Saturday, February 15, 2020


Book Review




Book‘s name: Muslim in motion: Islam and National Identity in the Bangladeshi Diaspora
Author: Nazli Kibria
Publisher: Rutgers University Press (May 19, 2011)


“Muslim in motion: Islam and National Identity in the Bangladeshi Diaspora” is famous book of Nazli Kibria which is about Bangladeshi diaspora who are living in the United States, great Britain, the Gulf States, and Malaysia. Kibria (2011) use ethnographic method and gives a deep description of the experiences of Bangladeshi Muslim in a different national context. 


She writes, 

“My friend spoke of noticing how Bangladeshis who went abroad often became highly religious, indeed ‘fundamentalist’ in their orientation. They found it puzzling and counterintuitive.
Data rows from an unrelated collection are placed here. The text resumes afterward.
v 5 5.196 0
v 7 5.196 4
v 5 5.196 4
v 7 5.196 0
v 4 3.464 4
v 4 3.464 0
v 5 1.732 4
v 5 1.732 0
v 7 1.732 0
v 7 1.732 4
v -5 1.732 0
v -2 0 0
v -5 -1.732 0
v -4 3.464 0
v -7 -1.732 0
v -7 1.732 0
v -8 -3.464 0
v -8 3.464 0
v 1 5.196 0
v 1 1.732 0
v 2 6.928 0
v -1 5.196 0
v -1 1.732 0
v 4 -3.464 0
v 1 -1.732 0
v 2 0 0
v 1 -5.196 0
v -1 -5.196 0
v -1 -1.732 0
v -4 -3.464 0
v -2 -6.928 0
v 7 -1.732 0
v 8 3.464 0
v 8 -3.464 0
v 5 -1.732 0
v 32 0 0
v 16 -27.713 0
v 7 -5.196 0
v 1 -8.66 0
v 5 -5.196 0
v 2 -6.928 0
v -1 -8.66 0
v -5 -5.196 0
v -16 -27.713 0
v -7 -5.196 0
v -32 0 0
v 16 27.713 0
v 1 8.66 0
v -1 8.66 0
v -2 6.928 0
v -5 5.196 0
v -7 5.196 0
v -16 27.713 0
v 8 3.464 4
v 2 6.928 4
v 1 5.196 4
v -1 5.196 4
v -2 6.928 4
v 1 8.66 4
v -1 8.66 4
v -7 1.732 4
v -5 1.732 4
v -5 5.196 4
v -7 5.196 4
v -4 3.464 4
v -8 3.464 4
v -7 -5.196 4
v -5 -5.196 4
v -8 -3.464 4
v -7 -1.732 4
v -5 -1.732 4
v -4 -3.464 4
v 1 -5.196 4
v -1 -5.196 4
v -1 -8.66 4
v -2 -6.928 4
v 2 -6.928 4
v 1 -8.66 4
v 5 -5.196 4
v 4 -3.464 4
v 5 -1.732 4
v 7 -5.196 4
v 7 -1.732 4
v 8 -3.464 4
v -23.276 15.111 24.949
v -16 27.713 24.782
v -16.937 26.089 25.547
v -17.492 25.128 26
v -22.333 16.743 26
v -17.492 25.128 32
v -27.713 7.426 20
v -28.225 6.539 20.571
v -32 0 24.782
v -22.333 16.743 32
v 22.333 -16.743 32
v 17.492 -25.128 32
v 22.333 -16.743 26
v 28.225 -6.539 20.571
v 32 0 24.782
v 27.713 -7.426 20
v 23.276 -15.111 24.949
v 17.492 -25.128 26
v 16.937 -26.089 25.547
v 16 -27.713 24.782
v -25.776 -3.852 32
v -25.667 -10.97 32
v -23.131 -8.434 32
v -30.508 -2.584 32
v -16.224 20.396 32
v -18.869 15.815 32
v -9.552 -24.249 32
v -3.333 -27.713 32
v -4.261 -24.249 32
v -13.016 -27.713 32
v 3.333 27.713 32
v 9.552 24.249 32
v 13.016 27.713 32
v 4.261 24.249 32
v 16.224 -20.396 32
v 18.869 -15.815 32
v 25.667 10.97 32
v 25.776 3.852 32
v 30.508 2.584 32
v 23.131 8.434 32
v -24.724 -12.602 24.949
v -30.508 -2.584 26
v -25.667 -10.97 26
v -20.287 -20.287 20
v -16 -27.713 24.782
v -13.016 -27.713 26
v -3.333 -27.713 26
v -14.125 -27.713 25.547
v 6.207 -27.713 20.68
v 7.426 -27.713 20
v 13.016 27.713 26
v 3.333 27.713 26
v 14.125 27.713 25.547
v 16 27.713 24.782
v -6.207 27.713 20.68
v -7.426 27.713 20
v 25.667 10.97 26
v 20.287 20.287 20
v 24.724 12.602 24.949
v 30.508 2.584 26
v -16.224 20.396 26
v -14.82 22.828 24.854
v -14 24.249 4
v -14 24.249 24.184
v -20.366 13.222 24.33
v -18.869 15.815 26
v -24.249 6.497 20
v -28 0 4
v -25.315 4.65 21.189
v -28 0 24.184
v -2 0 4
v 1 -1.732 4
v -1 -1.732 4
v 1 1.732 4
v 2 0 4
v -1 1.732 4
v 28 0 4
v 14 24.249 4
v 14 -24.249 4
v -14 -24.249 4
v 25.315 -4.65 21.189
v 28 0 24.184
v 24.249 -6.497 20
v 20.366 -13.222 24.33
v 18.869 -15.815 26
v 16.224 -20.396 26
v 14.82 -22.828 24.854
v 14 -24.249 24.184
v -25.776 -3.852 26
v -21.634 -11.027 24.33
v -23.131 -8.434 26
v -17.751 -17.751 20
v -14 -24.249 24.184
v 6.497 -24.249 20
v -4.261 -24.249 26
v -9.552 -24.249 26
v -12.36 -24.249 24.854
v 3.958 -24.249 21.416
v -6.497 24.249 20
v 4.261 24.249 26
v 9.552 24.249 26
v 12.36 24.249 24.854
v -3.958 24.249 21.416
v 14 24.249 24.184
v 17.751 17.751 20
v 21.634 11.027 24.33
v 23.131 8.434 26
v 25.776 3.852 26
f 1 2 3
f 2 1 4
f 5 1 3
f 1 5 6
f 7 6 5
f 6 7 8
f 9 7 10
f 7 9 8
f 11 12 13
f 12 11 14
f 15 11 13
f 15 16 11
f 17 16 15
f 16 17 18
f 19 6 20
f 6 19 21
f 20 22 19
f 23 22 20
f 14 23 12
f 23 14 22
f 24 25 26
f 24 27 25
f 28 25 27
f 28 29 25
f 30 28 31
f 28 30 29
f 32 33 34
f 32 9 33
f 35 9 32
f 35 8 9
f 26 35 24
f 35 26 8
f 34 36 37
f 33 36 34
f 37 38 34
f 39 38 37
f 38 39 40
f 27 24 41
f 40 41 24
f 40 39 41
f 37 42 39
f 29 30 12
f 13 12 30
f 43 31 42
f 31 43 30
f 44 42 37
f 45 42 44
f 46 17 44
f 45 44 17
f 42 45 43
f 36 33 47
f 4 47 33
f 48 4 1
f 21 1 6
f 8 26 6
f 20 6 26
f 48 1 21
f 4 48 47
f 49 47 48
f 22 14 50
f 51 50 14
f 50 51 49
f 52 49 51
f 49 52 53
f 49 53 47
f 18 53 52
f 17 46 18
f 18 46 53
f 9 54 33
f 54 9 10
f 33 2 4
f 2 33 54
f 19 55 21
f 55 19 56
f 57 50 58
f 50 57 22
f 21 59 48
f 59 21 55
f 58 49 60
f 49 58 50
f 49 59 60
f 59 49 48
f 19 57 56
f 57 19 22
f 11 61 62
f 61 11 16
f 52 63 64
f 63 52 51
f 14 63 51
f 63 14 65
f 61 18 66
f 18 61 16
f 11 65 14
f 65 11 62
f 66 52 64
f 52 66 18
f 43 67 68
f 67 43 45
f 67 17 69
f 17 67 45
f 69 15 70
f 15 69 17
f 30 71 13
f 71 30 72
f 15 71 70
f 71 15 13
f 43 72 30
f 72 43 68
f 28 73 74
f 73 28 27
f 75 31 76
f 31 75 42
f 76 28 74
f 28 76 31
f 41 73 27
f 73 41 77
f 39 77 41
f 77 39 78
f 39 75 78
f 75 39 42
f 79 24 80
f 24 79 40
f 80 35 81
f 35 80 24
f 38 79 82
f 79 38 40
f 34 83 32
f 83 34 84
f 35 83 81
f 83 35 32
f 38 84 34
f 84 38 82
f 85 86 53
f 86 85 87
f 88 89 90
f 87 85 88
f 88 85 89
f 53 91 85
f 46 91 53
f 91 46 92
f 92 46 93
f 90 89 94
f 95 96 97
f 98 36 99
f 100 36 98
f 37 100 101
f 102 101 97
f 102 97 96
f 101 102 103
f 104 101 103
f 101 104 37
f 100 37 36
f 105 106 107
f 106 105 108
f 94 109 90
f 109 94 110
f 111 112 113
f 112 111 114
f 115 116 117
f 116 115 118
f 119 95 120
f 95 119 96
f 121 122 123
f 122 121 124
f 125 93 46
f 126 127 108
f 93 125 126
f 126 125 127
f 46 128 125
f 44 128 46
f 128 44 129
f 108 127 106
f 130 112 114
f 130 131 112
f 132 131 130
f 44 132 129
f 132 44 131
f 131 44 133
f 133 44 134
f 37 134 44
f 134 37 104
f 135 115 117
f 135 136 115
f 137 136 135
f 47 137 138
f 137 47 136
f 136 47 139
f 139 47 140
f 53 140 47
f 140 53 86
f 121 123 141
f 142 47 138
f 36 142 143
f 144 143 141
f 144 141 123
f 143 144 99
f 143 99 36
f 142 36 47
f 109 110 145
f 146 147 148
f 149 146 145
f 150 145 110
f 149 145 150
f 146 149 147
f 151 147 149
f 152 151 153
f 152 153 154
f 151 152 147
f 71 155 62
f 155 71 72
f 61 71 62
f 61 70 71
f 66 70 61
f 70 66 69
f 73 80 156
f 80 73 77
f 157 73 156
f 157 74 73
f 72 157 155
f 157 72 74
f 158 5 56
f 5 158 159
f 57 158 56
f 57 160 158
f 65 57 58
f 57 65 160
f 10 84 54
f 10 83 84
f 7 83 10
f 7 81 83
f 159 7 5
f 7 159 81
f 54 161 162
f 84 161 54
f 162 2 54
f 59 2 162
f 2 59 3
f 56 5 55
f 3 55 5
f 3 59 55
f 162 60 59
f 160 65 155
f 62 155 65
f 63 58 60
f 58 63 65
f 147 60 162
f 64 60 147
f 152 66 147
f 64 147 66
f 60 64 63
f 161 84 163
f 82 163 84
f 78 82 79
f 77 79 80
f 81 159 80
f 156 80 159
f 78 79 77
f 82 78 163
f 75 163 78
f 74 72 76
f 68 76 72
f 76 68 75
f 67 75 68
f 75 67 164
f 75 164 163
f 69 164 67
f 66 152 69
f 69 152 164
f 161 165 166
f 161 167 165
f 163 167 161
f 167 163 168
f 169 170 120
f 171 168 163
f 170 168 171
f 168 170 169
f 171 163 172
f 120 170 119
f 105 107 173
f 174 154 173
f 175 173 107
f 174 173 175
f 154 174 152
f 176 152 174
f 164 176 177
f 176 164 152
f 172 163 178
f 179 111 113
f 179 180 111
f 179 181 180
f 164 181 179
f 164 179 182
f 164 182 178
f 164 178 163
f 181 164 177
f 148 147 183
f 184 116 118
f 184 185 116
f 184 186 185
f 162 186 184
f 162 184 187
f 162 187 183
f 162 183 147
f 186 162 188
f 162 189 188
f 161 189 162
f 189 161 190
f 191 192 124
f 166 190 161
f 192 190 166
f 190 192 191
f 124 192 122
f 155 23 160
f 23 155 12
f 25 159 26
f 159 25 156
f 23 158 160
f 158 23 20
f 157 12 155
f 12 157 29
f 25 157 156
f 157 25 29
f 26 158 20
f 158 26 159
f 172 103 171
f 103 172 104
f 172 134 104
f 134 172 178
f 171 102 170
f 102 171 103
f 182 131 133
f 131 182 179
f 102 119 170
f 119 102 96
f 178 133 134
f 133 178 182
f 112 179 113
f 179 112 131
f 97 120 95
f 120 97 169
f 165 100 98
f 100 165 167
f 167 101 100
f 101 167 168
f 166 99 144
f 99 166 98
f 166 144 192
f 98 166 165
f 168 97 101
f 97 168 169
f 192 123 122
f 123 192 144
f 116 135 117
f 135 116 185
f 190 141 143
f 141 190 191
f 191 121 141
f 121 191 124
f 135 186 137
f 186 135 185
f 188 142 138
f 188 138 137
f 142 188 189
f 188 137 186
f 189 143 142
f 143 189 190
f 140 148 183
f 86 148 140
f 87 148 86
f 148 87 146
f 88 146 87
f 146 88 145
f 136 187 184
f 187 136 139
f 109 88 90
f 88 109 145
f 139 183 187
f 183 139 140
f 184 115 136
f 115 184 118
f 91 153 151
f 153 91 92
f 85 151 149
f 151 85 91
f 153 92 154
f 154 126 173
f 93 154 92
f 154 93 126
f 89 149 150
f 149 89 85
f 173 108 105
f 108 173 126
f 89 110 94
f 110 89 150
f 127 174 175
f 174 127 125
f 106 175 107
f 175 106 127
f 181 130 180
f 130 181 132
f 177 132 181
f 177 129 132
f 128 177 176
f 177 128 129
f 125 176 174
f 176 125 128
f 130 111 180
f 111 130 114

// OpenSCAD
// file: planter_base.scad
module planter_base() {
    difference() {
        linear_extrude(32) circle(32, $fn=6);
        translate([0, 0, 4]) linear_extrude(32) circle(28, $fn = 6);
        linear_extrude(8) circle(2, $fn = 6);
        for (i = [0:60:300]) {
            linear_extrude(8) rotate(i) translate([6, cos(30)*4]) circle(2, $fn = 6);
        }
    }
}
// main file
include <planter_base.scad>;

module planter_02() {
    difference() {
        planter_base();
        for (i=[0:60:300]) {
            rotate(i+15) translate([0, 0, 32]) rotate(90, [1, 0, 0]) rotate(30, [0, 0, 1]) cylinder(32, r = 12, $fn = 6);
        }
    }
}

if (is_undef($demo)) {
    planter_02();
}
It was, moreover, a trend that held true across class lines, among not only the rural impoverished Bangladeshis who traveled to Saudi Arabia and Kuwait on labor contracts but also the urban, middle class Bangladeshis who were going to Australia, Canada, and the United States.” 
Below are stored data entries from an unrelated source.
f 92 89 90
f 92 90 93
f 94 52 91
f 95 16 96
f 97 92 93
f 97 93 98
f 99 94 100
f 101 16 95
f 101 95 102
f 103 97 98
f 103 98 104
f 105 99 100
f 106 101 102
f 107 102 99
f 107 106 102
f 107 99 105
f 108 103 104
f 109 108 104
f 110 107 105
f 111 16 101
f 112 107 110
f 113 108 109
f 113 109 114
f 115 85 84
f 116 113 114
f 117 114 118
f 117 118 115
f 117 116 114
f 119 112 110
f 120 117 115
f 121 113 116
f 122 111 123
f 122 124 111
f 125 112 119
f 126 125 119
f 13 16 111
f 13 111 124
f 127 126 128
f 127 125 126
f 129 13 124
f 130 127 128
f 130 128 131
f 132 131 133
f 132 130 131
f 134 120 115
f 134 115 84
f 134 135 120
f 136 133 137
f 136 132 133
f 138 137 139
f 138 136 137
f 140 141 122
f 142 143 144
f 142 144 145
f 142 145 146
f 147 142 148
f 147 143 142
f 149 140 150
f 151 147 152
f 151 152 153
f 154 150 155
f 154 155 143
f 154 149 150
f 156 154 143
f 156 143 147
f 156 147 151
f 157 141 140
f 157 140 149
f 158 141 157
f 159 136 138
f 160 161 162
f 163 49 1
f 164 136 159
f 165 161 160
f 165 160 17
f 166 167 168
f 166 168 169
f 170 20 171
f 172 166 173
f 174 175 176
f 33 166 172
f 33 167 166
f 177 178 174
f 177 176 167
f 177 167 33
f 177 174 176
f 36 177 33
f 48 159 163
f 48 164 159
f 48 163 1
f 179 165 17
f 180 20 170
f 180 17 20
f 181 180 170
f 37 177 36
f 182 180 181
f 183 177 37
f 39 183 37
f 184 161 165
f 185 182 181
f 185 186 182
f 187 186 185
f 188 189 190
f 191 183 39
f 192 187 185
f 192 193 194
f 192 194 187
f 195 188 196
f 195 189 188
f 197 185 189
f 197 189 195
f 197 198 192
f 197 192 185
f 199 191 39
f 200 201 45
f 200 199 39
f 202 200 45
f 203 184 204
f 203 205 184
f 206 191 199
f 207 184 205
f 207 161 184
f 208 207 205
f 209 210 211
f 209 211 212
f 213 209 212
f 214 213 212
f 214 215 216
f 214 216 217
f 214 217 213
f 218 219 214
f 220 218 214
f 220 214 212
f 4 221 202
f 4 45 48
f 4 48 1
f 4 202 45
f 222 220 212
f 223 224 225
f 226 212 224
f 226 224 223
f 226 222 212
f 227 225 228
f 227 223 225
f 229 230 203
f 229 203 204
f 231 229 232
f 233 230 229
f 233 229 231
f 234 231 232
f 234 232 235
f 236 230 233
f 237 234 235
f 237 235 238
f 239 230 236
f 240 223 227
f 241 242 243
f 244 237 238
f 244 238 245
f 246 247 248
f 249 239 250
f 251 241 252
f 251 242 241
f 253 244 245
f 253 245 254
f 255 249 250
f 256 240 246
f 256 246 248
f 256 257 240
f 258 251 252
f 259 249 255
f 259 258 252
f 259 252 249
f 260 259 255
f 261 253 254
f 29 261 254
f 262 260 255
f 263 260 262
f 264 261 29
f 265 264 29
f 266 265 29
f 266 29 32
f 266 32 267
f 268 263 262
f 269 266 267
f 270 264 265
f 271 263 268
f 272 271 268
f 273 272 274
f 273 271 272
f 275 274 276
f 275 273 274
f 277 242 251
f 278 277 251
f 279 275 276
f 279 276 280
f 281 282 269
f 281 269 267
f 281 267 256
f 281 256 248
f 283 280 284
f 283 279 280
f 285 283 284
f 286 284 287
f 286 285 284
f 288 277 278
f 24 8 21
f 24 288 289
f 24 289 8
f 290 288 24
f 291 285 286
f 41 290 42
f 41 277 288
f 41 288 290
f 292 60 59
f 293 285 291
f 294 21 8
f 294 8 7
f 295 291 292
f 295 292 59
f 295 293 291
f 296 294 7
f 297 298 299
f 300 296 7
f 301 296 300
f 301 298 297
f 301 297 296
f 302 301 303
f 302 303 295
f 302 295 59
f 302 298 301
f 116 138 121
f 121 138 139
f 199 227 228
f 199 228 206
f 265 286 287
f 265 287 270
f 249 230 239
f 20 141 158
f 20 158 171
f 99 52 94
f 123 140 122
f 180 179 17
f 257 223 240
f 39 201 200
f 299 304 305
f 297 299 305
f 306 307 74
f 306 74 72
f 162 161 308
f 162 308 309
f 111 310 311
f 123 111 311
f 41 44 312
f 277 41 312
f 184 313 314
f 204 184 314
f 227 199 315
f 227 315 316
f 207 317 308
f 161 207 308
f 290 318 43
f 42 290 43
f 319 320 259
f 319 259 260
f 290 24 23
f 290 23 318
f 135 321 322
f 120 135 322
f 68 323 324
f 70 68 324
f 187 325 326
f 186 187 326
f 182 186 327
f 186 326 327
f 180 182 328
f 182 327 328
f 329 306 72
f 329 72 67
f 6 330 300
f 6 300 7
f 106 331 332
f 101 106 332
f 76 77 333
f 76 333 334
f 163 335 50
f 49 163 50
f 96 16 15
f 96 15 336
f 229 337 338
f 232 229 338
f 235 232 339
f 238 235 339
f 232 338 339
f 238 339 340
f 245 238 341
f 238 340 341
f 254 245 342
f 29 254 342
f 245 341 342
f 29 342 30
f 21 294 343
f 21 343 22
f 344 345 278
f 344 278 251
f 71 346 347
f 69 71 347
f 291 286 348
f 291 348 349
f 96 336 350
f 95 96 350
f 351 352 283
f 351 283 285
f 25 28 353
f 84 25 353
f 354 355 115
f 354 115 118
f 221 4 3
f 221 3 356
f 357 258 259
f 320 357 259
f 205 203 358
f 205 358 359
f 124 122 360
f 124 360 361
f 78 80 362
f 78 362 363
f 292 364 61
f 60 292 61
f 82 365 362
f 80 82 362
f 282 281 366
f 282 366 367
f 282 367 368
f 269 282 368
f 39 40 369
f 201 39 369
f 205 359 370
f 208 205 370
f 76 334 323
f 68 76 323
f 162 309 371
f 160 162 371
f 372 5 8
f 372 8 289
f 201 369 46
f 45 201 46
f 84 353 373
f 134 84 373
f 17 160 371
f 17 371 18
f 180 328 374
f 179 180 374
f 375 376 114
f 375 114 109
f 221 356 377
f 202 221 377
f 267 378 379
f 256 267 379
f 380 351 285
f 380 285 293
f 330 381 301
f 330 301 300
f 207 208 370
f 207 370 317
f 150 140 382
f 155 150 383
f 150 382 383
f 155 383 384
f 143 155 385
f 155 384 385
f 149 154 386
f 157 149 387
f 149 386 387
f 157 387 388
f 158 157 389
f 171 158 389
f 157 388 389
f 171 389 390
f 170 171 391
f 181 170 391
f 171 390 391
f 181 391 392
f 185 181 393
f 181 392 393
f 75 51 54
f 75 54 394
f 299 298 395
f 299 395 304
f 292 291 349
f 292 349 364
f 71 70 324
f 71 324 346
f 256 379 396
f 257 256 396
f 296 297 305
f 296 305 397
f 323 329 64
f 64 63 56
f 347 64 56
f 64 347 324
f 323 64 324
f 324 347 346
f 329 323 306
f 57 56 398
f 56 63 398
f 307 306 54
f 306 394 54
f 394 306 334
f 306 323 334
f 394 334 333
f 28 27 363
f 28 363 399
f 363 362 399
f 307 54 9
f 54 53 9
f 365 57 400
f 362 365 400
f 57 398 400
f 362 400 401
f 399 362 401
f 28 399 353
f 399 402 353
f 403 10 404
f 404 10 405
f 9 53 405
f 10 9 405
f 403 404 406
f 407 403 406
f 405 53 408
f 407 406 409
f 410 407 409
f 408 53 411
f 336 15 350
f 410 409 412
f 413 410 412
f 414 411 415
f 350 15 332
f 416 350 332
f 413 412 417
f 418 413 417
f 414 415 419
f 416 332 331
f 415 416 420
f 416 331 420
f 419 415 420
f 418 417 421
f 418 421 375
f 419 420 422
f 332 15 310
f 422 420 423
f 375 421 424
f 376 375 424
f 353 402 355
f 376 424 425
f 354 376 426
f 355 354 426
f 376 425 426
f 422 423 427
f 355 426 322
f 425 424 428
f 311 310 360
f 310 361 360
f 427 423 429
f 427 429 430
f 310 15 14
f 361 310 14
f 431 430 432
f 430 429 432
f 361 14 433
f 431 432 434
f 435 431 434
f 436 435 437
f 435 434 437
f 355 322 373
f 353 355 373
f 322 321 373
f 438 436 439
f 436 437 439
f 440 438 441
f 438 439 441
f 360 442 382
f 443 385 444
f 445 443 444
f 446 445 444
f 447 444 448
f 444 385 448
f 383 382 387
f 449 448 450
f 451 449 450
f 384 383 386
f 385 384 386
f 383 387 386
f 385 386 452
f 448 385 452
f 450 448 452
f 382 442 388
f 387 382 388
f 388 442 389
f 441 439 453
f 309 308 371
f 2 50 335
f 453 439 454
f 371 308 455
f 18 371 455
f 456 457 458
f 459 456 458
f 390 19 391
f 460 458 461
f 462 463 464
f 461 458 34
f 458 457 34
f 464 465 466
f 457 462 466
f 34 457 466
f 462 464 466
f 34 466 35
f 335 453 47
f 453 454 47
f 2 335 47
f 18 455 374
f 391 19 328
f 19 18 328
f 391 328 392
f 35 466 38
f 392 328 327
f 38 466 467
 She observes that during the late twentieth and early twenty-first centuries the remarkable worldwide trend is the spread of Islamic movements that recommend a greater Islamic revival and emphasizes religion identity in the lives of Muslims. Her book is about the connection of international migrations to these religious identity development. She claims that Bangladeshi Muslim migrants and their families show up establish their community life and develop an identity in the foreign world. In all of these national context, she finds that Islam is major negotiations of cultural and transnational affiliation, significantly following 9/11, they choose the religious identity rather than Bangladeshi self-identification.



 
Kibria’s observation to the several assumption of Islam as a source of identity practically troublesome. Because the representations of Islam and Muslim lives after terrorist attacks, a negative stereotypes has been appeared to realization about Islam and Muslim. She also indicates another factors: the appearance of revivalist Islam, globalization of labor flows, U.S. led war on terrorism, the experience of marginality in the host countries. In their host country, second generation Bangladeshi Muslim migrants faced with stereotypical and racialized realization about their origin, have found in Muslim identity with which to take a stand against racism and discrimination.